Clara found the product of [tex]3 - 6y^2[/tex] and [tex]y^2 + 2[/tex]. Is the student's work correct? Her work is shown below.

[tex]\[
\begin{array}{l}
\left(3 - 6y^2\right)\left(y^2 + 2\right) = 3\left(y^2\right) + \left(-6y^2\right)(2) \\
= 3y^2 - 12y^2 \\
= -9y^2
\end{array}
\][/tex]

A. No, she did not multiply [tex]-6y^2[/tex] by 2 correctly.
B. No, she did not add [tex]3y^2[/tex] and [tex]-12y^2[/tex] correctly.
C. No, she did not use the distributive property correctly.
D. Yes, she multiplied the binomials correctly.



Answer :

Let's analyze Clara's work step-by-step and find if any mistakes were made in multiplying the binomials [tex]\((3 - 6y^2)\)[/tex] and [tex]\((y^2 + 2)\)[/tex].

### Correct Method Using the Distributive Property
To multiply the binomials, we should use the distributive property to distribute each term inside the first parenthesis to each term inside the second parenthesis. The distributive property states:
[tex]\[ (a + b)(c + d) = ac + ad + bc + bd \][/tex]

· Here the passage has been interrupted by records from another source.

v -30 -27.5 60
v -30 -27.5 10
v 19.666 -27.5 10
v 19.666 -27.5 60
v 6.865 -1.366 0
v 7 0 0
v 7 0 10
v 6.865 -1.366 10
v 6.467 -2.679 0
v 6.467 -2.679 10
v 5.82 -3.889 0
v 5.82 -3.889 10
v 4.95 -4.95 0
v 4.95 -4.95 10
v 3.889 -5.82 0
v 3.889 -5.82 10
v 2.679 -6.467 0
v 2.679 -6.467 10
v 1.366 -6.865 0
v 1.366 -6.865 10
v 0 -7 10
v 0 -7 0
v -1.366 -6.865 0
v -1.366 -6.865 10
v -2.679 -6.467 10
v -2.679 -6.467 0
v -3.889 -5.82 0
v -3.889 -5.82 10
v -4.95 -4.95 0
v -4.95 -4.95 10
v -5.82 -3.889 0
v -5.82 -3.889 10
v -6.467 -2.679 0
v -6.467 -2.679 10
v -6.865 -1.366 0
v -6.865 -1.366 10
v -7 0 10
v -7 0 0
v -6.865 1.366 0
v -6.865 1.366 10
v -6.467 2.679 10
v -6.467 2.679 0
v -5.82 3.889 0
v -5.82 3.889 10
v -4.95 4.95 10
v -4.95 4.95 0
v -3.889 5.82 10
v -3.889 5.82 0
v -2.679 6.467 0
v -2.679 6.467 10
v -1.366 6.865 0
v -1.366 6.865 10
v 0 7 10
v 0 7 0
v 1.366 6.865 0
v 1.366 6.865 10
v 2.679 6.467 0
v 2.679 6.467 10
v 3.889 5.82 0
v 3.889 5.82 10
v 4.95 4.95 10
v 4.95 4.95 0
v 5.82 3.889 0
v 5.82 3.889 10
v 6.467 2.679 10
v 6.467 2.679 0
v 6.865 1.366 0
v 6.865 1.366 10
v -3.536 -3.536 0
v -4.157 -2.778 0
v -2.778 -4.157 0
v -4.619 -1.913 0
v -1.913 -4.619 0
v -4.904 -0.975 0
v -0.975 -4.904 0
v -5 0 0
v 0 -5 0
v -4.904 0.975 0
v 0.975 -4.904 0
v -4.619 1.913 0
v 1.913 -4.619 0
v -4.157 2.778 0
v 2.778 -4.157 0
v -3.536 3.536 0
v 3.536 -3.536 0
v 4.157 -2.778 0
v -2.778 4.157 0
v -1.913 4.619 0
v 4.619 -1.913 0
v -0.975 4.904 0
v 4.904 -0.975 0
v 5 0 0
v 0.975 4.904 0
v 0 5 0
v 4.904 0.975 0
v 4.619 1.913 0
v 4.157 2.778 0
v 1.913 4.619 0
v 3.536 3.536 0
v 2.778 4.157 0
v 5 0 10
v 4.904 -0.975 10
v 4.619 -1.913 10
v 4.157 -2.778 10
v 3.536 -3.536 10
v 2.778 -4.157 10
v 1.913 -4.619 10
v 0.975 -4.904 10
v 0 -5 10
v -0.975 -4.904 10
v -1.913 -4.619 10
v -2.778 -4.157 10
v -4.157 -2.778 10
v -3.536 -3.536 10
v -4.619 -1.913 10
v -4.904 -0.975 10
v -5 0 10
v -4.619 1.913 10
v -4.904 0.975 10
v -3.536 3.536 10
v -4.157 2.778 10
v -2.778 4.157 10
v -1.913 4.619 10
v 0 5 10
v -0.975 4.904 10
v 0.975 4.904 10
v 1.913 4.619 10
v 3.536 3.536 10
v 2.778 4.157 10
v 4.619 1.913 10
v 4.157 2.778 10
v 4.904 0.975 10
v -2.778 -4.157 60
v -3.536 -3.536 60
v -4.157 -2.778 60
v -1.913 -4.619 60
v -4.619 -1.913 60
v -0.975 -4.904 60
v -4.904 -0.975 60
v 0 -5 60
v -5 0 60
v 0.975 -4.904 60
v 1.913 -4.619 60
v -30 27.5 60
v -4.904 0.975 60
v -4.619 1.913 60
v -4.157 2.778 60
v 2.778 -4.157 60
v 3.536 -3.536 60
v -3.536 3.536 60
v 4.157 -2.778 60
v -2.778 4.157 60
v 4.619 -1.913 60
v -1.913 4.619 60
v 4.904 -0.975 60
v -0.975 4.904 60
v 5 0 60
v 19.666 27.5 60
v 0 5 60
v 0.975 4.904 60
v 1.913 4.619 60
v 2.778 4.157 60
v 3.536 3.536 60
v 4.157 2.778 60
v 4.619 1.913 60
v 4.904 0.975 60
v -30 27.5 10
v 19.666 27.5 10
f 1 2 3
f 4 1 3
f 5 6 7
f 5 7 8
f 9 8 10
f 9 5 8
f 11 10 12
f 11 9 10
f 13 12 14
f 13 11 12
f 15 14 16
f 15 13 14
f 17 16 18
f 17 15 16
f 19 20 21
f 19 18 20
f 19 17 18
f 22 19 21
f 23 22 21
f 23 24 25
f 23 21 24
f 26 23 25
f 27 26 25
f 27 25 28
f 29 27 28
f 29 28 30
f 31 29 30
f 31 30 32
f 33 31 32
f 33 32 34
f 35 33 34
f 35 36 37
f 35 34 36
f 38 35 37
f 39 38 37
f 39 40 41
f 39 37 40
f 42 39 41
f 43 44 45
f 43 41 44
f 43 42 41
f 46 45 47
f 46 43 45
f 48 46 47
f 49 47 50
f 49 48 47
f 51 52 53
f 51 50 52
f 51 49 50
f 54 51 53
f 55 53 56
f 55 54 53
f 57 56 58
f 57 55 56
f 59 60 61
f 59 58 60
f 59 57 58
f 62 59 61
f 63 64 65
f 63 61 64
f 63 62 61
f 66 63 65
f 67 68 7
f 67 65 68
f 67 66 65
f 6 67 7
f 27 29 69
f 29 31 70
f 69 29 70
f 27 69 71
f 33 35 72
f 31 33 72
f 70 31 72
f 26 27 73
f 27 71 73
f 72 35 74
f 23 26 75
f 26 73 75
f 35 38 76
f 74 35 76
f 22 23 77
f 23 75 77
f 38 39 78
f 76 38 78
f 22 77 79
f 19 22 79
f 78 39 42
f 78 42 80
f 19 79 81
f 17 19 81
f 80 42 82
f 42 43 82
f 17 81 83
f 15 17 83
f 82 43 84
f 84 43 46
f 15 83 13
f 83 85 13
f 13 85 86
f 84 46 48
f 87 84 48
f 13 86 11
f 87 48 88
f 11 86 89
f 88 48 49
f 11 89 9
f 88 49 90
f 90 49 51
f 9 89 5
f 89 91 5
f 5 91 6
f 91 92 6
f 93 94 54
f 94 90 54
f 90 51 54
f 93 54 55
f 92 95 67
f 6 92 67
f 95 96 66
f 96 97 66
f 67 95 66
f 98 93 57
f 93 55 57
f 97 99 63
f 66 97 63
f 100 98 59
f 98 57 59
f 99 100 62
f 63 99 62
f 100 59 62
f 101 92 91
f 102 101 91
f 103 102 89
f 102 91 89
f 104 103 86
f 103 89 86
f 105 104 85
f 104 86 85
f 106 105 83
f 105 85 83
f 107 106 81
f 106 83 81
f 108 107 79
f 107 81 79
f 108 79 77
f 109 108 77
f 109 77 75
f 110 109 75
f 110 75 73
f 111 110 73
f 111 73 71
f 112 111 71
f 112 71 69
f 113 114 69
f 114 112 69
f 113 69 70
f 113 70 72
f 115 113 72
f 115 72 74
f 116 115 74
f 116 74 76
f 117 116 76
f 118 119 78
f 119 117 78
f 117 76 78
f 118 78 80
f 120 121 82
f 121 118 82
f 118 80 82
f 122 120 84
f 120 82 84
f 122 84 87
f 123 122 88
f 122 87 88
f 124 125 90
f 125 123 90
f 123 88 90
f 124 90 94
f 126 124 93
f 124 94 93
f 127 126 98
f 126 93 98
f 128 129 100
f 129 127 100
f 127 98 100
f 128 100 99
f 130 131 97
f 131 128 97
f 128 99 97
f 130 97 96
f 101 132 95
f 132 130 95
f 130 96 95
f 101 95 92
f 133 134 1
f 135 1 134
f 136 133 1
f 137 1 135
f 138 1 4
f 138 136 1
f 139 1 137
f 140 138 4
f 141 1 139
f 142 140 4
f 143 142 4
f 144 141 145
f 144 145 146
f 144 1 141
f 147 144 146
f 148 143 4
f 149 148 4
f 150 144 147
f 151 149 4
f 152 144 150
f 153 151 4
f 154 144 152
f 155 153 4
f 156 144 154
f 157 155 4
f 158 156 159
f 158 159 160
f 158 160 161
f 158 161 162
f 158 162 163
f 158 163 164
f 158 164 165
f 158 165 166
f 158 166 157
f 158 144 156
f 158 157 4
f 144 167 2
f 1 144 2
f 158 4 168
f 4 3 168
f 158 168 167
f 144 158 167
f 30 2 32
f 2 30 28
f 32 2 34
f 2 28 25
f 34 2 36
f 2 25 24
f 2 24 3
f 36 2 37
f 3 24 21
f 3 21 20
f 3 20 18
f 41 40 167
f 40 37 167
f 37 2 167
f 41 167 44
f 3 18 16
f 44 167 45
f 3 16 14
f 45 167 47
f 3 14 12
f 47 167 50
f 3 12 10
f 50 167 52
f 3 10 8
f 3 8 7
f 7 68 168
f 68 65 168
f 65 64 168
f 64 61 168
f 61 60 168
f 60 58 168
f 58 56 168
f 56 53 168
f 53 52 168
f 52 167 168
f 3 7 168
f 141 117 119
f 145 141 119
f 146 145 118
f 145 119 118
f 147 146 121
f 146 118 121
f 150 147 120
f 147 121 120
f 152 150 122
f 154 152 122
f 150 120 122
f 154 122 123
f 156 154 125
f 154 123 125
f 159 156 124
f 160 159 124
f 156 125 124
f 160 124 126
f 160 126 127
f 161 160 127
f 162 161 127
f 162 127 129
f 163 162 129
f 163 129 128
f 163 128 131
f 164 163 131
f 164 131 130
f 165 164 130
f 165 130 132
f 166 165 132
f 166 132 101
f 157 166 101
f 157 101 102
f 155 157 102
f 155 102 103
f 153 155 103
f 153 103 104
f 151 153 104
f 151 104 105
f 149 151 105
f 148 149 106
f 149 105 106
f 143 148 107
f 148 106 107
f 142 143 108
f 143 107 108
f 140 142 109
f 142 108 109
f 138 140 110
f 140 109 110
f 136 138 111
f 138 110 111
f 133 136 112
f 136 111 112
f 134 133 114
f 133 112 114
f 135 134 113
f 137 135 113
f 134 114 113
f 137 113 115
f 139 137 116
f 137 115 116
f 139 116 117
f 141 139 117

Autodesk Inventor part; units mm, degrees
ref_plane "YZ Plane" through (0, 0, 0) normal (1, 0, 0) x (0, 1, 0)
ref_plane "XZ Plane" through (0, 0, 0) normal (0, 1, 0) x (-1, 0, 0)
ref_plane "XY Plane" through (0, 0, 0) normal (0, 0, 1) x (1, 0, 0)
sketch "Sketch1" plane through (0, 0, 0) normal (0, 0, 1) x (1, 0, 0)
  circle A0 centre (0, 0) radius 5
  circle A1 centre (0, 0) radius 7
  dimension "d0" = 10
  dimension "d1" = 14
extrude "Extrusion1" add sketch "Sketch1" along normal blind 10
sketch "Sketch2" plane through (0, 0, 10) normal (0, 0, 1) x (1, 0, 0)
  line L0 (-30, -27.5) -> (19.666, -27.5)
  line L1 (19.666, -27.5) -> (19.666, 27.5)
  line L2 (19.666, 27.5) -> (-30, 27.5)
  line L3 (-30, 27.5) -> (-30, -27.5)
  point P0 (0, 0)
  point P1 (-30, 0)
  dimension "d4" = 19.666
  dimension "d5" = 55
  dimension "d6" = 30
extrude "Extrusion2" add sketch "Sketch2" along normal blind 50
sketch "Sketch3" plane through (0, 0, 10) normal (0, 0, -1) x (-1, 0, 0)
  circle A0 centre (0, 0) radius 5 projected
extrude "Extrusion3" cut sketch "Sketch3" against normal up to surface (50 mm away)
properties part number "02BombaJarron"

For our given binomials, [tex]\((3 - 6y^2)\)[/tex] and [tex]\((y^2 + 2)\)[/tex], we perform the following steps:

1. Distribute [tex]\(3\)[/tex]:
[tex]\[ 3 \cdot y^2 + 3 \cdot 2 \][/tex]
This gives us:
[tex]\[ 3y^2 + 6 \][/tex]

2. Distribute [tex]\(-6y^2\)[/tex]:
[tex]\[ -6y^2 \cdot y^2 + (-6y^2) \cdot 2 \][/tex]
This gives us:
[tex]\[ -6y^4 - 12y^2 \][/tex]

3. Combine all the terms:
[tex]\[ 3y^2 + 6 - 6y^4 - 12y^2 \][/tex]

4. Combine like terms:
[tex]\[ -6y^4 + 3y^2 - 12y^2 + 6 \][/tex]
[tex]\[ -6y^4 - 9y^2 + 6 \][/tex]

### Conclusion from Clara's Work
Let's compare Clara's work with the correct method:

- Clara started with:
[tex]\[ \left(3 - 6y^2\right)\left(y^2 + 2\right) = 3 \left(y^2\right) + \left(-6y^2\right)(2) \][/tex]
- According to Clara, this resulted in:
[tex]\[ 3y^2 - 12y^2 \][/tex]
- And concluded:
[tex]\[ -9y^2 \][/tex]

### Identified Errors in Clara's Work
1. Clara missed the distributive steps involving [tex]\( -6y^2 \cdot y^2 \)[/tex].
2. Clara miscalculated the second distribution: while [tex]\(-6y^2\)[/tex] by [tex]\(2\)[/tex] was correctly calculated, the first term [tex]\(-6y^2 \cdot y^2\)[/tex] was ignored.

### Verifying Statements
Given the analysis above:
- "No, she did not multiply [tex]\(-6y^2\)[/tex] by 2 correctly." — This statement is incorrect because she actually multiplied [tex]\(-6y^2\)[/tex] by 2 correctly as [tex]\(-12y^2\)[/tex].
- "No, she did not add [tex]\(3y^2\)[/tex] and [tex]\(-12y^2\)[/tex] correctly." — This statement is incorrect because she subtracted correctly to get [tex]\(-9y^2\)[/tex].
- "No, she did not use the distributive property correctly." — This statement is correct because she did not distribute [tex]\( -6y^2 \cdot y^2\)[/tex] correctly.
- "Yes, she multiplied the binomials correctly." — This statement is incorrect based on our analysis.

### Final Answer
The correct statement is:
- No, she did not use the distributive property correctly.